» **Task item**
Below are some entries. Repeat exactly the lines from the one with "v 12.021 13.644 -7.5" through the one with "v 37.324 3.947 7.5", and only those.

» **Supplied material**

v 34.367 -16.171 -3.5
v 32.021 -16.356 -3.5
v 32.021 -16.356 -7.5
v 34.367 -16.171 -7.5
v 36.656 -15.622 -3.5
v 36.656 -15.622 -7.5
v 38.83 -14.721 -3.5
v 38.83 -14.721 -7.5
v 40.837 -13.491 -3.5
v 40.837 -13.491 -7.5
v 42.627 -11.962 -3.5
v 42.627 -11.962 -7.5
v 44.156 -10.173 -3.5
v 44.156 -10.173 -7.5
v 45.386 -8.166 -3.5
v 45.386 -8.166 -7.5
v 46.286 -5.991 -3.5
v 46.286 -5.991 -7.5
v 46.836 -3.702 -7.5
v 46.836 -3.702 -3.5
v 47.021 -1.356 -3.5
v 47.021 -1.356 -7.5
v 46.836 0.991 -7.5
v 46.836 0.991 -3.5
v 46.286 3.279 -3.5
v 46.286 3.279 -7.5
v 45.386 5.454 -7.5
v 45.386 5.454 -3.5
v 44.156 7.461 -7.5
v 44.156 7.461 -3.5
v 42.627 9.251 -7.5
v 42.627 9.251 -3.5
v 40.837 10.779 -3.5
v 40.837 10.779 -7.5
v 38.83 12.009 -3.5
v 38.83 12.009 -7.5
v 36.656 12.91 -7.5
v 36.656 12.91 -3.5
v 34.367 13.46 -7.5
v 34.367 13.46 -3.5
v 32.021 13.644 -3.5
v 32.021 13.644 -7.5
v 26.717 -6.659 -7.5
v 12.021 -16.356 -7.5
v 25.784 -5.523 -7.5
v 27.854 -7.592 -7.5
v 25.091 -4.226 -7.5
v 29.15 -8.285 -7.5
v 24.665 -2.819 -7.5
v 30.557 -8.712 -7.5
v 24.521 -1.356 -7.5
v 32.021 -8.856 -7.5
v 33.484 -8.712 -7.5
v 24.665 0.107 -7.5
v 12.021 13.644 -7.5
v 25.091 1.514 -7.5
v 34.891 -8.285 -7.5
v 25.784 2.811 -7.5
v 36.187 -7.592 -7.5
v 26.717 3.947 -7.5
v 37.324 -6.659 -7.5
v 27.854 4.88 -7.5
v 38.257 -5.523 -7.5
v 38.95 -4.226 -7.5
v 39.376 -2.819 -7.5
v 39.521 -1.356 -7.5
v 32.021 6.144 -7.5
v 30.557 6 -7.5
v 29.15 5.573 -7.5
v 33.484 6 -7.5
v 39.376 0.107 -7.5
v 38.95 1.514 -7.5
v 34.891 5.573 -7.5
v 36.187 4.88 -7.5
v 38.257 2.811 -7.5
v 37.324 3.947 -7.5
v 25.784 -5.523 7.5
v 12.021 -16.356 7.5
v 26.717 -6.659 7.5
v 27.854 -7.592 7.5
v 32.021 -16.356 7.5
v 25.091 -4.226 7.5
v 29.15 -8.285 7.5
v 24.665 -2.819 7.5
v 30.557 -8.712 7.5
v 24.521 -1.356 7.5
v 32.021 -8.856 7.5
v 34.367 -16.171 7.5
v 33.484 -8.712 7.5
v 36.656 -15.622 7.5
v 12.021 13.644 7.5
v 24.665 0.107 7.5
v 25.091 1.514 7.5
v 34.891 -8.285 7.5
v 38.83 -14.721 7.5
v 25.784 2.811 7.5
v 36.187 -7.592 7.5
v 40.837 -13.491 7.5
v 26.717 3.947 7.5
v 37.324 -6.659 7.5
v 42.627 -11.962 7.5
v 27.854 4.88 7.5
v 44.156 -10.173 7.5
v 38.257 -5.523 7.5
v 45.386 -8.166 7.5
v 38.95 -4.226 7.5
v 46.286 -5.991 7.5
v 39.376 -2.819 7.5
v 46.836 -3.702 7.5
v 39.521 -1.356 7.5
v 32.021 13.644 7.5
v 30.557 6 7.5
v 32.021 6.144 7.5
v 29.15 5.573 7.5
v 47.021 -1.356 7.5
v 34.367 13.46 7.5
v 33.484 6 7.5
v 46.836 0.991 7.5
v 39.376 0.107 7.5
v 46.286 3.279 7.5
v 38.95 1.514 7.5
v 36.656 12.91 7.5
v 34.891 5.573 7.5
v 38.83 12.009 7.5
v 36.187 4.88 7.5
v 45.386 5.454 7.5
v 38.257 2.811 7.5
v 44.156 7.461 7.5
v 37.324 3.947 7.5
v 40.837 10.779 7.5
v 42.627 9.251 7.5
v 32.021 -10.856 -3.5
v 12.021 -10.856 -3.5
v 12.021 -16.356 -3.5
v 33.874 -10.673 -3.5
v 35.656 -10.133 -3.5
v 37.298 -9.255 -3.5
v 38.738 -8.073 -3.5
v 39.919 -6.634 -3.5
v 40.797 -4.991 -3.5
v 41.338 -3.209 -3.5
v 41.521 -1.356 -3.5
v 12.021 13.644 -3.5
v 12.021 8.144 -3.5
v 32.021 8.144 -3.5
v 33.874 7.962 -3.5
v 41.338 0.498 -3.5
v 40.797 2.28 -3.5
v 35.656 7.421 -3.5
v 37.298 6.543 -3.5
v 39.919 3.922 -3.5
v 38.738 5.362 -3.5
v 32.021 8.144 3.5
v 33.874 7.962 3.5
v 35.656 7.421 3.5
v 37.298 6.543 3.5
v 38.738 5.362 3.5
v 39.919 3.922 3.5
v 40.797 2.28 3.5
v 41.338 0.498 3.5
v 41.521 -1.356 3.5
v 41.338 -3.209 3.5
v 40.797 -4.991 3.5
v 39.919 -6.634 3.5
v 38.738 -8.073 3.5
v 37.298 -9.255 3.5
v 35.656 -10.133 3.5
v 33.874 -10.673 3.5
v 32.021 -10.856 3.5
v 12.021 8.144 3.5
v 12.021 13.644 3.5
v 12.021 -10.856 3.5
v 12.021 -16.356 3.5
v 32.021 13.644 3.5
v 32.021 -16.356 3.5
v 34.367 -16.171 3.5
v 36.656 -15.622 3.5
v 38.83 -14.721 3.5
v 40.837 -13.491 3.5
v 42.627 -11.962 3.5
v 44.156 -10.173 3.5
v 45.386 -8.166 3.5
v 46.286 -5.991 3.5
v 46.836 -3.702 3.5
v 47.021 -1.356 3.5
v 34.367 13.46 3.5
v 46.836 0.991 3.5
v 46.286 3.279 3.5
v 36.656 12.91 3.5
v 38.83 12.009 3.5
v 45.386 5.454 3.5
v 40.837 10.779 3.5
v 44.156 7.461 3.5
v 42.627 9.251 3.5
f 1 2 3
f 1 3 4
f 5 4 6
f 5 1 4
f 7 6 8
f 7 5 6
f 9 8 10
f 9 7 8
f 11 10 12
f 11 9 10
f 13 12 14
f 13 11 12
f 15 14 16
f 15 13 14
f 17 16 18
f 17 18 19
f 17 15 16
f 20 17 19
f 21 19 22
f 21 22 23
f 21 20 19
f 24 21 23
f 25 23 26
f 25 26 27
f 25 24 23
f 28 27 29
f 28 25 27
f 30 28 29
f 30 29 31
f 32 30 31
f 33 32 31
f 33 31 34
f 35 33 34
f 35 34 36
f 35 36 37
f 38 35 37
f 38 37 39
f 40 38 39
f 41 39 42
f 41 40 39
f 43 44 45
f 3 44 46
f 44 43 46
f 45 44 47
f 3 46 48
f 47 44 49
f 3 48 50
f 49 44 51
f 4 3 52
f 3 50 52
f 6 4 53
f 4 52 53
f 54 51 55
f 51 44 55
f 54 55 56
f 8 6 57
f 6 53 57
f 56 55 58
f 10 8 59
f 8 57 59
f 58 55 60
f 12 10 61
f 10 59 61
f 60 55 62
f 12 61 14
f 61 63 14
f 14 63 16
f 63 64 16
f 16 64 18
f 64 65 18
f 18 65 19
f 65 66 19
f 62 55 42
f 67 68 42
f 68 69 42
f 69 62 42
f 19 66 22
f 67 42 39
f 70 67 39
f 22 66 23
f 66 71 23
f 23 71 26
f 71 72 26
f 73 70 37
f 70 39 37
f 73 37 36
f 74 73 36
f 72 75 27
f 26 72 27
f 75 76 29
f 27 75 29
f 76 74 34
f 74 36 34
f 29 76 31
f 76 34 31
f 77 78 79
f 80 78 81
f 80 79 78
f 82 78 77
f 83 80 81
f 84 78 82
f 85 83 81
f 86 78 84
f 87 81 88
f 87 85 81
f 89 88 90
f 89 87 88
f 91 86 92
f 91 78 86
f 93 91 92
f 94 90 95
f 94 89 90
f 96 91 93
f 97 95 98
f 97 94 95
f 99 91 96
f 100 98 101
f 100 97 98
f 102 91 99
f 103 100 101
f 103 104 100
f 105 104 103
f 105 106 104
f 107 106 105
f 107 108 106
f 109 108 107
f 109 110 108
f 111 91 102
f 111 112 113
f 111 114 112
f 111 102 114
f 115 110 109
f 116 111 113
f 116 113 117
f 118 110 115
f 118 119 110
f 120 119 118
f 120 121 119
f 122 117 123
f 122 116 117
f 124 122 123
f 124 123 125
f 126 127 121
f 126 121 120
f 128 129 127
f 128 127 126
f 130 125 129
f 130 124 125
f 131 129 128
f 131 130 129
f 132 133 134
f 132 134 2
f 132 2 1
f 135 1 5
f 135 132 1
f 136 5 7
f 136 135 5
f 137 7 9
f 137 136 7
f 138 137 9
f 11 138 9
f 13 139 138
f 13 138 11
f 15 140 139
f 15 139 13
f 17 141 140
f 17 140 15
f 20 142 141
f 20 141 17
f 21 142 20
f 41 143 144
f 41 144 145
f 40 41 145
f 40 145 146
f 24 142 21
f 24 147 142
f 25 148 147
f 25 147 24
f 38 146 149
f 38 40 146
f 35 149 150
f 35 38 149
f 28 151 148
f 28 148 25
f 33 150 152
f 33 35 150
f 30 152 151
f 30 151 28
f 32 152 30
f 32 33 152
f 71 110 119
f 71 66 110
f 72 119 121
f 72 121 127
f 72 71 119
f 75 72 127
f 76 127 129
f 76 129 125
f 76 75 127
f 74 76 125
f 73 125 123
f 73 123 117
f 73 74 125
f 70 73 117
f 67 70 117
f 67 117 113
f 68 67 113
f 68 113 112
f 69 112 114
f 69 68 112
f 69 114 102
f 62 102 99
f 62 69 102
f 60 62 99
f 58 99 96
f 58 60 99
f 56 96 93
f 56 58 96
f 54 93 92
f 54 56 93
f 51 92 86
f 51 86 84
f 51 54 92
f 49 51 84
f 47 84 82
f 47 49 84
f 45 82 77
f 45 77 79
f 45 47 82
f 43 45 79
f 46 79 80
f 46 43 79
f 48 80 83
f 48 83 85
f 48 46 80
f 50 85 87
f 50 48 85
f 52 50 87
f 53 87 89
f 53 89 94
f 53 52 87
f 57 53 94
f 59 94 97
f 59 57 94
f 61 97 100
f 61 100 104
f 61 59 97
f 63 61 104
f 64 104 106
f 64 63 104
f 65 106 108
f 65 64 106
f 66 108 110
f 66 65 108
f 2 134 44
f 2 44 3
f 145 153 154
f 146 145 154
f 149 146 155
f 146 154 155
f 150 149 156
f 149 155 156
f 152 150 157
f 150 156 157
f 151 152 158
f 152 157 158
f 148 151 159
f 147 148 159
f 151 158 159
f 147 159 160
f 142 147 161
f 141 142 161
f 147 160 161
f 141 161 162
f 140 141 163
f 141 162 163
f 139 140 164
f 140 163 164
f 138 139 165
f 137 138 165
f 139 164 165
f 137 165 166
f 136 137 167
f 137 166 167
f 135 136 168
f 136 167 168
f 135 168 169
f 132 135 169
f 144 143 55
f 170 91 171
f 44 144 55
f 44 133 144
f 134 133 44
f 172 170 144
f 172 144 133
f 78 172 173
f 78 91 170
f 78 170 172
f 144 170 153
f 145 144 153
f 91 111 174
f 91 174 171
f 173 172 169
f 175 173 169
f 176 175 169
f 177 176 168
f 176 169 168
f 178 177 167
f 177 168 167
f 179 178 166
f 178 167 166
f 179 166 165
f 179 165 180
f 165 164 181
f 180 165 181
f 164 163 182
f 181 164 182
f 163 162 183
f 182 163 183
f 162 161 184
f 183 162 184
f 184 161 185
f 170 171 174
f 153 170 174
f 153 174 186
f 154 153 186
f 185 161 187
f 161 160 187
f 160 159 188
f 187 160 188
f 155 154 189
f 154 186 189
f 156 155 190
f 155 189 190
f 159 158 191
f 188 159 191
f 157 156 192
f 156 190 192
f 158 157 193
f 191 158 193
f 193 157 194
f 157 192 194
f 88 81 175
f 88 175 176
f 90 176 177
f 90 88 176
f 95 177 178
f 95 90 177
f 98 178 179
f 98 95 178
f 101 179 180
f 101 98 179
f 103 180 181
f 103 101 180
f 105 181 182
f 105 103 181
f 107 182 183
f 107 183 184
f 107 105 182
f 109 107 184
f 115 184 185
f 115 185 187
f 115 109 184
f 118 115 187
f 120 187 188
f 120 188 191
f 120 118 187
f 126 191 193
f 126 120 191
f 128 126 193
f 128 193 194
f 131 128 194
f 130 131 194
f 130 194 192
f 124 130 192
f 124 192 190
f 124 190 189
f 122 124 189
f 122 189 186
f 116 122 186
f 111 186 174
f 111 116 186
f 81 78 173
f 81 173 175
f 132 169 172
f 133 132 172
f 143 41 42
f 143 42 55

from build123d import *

# Parameters (mm, degrees)
F0_R     = 7.5
F1_DEPTH = 7.5
F2_DEPTH = 3.5


with BuildPart() as f1:
    # F0 (on Top) → F1 (new body, symmetric)
    with BuildSketch(Plane.XY):
        with BuildLine():
            Line((32.020504, 8.144187), (12.020504, 8.144187))
            Line((12.020504, 8.144187), (12.020504, -10.855813))
            Line((12.020504, -10.855813), (32.020504, -10.855813))
            ThreePointArc((32.020504, -10.855813), (41.520504, -1.355813), (32.020504, 8.144187))
        make_face()
        with Locations((32.020504, -1.355813)):
            Circle(F0_R, mode=Mode.SUBTRACT)
        with BuildLine():
            Line((32.020504, 13.644187), (12.020504, 13.644187))
            Line((12.020504, 13.644187), (12.020504, 8.144187))
            Line((12.020504, 8.144187), (32.020504, 8.144187))
            ThreePointArc((32.020504, 8.144187), (41.520504, -1.355813), (32.020504, -10.855813))
            Line((32.020504, -10.855813), (12.020504, -10.855813))
            Line((12.020504, -10.855813), (12.020504, -16.355813))
            Line((12.020504, -16.355813), (32.020504, -16.355813))
            ThreePointArc((32.020504, -16.355813), (47.020504, -1.355813), (32.020504, 13.644187))
        make_face()
    extrude(amount=F1_DEPTH, both=True)

    # F0 (on Top) → F2 (cut, symmetric)
    with BuildSketch(Plane.XY):
        with BuildLine():
            Line((32.020504, 13.644187), (12.020504, 13.644187))
            Line((12.020504, 13.644187), (12.020504, 8.144187))
            Line((12.020504, 8.144187), (32.020504, 8.144187))
            ThreePointArc((32.020504, 8.144187), (41.520504, -1.355813), (32.020504, -10.855813))
            Line((32.020504, -10.855813), (12.020504, -10.855813))
            Line((12.020504, -10.855813), (12.020504, -16.355813))
            Line((12.020504, -16.355813), (32.020504, -16.355813))
            ThreePointArc((32.020504, -16.355813), (47.020504, -1.355813), (32.020504, 13.644187))
        make_face()
    extrude(amount=F2_DEPTH, both=True, mode=Mode.SUBTRACT)


solid = f1.part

» **Exercise answer**
v 12.021 13.644 -7.5
v 25.091 1.514 -7.5
v 34.891 -8.285 -7.5
v 25.784 2.811 -7.5
v 36.187 -7.592 -7.5
v 26.717 3.947 -7.5
v 37.324 -6.659 -7.5
v 27.854 4.88 -7.5
v 38.257 -5.523 -7.5
v 38.95 -4.226 -7.5
v 39.376 -2.819 -7.5
v 39.521 -1.356 -7.5
v 32.021 6.144 -7.5
v 30.557 6 -7.5
v 29.15 5.573 -7.5
v 33.484 6 -7.5
v 39.376 0.107 -7.5
v 38.95 1.514 -7.5
v 34.891 5.573 -7.5
v 36.187 4.88 -7.5
v 38.257 2.811 -7.5
v 37.324 3.947 -7.5
v 25.784 -5.523 7.5
v 12.021 -16.356 7.5
v 26.717 -6.659 7.5
v 27.854 -7.592 7.5
v 32.021 -16.356 7.5
v 25.091 -4.226 7.5
v 29.15 -8.285 7.5
v 24.665 -2.819 7.5
v 30.557 -8.712 7.5
v 24.521 -1.356 7.5
v 32.021 -8.856 7.5
v 34.367 -16.171 7.5
v 33.484 -8.712 7.5
v 36.656 -15.622 7.5
v 12.021 13.644 7.5
v 24.665 0.107 7.5
v 25.091 1.514 7.5
v 34.891 -8.285 7.5
v 38.83 -14.721 7.5
v 25.784 2.811 7.5
v 36.187 -7.592 7.5
v 40.837 -13.491 7.5
v 26.717 3.947 7.5
v 37.324 -6.659 7.5
v 42.627 -11.962 7.5
v 27.854 4.88 7.5
v 44.156 -10.173 7.5
v 38.257 -5.523 7.5
v 45.386 -8.166 7.5
v 38.95 -4.226 7.5
v 46.286 -5.991 7.5
v 39.376 -2.819 7.5
v 46.836 -3.702 7.5
v 39.521 -1.356 7.5
v 32.021 13.644 7.5
v 30.557 6 7.5
v 32.021 6.144 7.5
v 29.15 5.573 7.5
v 47.021 -1.356 7.5
v 34.367 13.46 7.5
v 33.484 6 7.5
v 46.836 0.991 7.5
v 39.376 0.107 7.5
v 46.286 3.279 7.5
v 38.95 1.514 7.5
v 36.656 12.91 7.5
v 34.891 5.573 7.5
v 38.83 12.009 7.5
v 36.187 4.88 7.5
v 45.386 5.454 7.5
v 38.257 2.811 7.5
v 44.156 7.461 7.5
v 37.324 3.947 7.5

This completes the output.